EXERCISE
Exactly copy the final stretch of the listing below: the line with "e89 v82 v83 LINE" and every line after it.
[SUPPLIED MATERIAL]
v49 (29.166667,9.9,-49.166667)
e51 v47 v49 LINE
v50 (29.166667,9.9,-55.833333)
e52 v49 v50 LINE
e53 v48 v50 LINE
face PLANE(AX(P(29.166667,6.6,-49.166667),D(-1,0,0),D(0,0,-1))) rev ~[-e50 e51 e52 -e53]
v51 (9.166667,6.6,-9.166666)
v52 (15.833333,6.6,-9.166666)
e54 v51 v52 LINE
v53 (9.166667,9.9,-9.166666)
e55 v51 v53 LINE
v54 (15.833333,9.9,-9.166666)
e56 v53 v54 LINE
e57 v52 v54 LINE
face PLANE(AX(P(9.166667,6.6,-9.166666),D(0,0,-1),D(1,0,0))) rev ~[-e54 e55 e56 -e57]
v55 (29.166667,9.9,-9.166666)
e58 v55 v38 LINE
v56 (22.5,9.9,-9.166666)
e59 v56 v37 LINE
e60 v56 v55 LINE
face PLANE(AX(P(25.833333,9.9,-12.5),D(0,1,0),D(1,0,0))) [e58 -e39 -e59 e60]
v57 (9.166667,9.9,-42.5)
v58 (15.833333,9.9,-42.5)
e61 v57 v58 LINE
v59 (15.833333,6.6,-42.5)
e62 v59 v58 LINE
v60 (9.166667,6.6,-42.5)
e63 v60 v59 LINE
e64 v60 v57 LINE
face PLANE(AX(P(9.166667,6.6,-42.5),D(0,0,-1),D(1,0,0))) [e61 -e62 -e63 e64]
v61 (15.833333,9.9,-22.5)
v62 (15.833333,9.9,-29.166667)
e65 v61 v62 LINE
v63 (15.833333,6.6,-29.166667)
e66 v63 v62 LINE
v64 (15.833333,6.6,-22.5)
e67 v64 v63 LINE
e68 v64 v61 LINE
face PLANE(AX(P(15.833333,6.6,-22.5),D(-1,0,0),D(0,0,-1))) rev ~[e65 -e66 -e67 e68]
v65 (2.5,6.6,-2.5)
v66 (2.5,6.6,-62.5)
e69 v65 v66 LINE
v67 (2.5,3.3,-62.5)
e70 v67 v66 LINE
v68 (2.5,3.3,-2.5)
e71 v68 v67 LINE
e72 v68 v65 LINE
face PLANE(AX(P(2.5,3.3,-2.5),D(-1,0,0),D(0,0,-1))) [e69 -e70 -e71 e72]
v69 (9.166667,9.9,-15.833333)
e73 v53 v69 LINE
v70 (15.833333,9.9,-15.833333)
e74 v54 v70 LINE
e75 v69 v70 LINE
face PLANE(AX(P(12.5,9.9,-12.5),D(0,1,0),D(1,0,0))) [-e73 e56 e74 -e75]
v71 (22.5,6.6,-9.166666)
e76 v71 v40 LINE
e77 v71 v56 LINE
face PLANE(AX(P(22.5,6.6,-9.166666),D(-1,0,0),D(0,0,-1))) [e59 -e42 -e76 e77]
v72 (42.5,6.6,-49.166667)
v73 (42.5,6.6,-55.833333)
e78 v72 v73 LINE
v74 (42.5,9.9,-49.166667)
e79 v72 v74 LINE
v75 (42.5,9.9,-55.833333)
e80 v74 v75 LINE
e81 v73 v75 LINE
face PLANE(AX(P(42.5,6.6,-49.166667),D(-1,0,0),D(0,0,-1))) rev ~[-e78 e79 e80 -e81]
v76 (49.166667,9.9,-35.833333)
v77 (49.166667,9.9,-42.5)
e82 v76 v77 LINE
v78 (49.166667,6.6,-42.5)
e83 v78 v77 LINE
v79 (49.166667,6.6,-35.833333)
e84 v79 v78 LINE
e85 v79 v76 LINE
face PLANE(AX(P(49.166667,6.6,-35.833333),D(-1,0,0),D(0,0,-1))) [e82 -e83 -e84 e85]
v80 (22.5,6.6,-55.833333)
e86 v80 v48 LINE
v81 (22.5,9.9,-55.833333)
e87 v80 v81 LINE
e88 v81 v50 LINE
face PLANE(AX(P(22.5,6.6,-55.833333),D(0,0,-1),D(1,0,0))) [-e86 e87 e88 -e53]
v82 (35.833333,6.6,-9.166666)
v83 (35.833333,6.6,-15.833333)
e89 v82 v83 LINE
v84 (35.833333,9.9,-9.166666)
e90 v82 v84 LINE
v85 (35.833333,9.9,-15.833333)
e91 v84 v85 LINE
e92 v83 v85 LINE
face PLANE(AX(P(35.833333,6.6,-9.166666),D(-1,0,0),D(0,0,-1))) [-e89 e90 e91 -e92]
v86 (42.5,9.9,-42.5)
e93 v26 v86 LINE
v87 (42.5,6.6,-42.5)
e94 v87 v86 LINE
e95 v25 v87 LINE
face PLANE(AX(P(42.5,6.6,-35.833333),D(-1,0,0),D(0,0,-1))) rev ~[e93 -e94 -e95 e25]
[/SUPPLIED MATERIAL]
EXERCISE RESULT
e89 v82 v83 LINE
v84 (35.833333,9.9,-9.166666)
e90 v82 v84 LINE
v85 (35.833333,9.9,-15.833333)
e91 v84 v85 LINE
e92 v83 v85 LINE
face PLANE(AX(P(35.833333,6.6,-9.166666),D(-1,0,0),D(0,0,-1))) [-e89 e90 e91 -e92]
v86 (42.5,9.9,-42.5)
e93 v26 v86 LINE
v87 (42.5,6.6,-42.5)
e94 v87 v86 LINE
e95 v25 v87 LINE
face PLANE(AX(P(42.5,6.6,-35.833333),D(-1,0,0),D(0,0,-1))) rev ~[e93 -e94 -e95 e25]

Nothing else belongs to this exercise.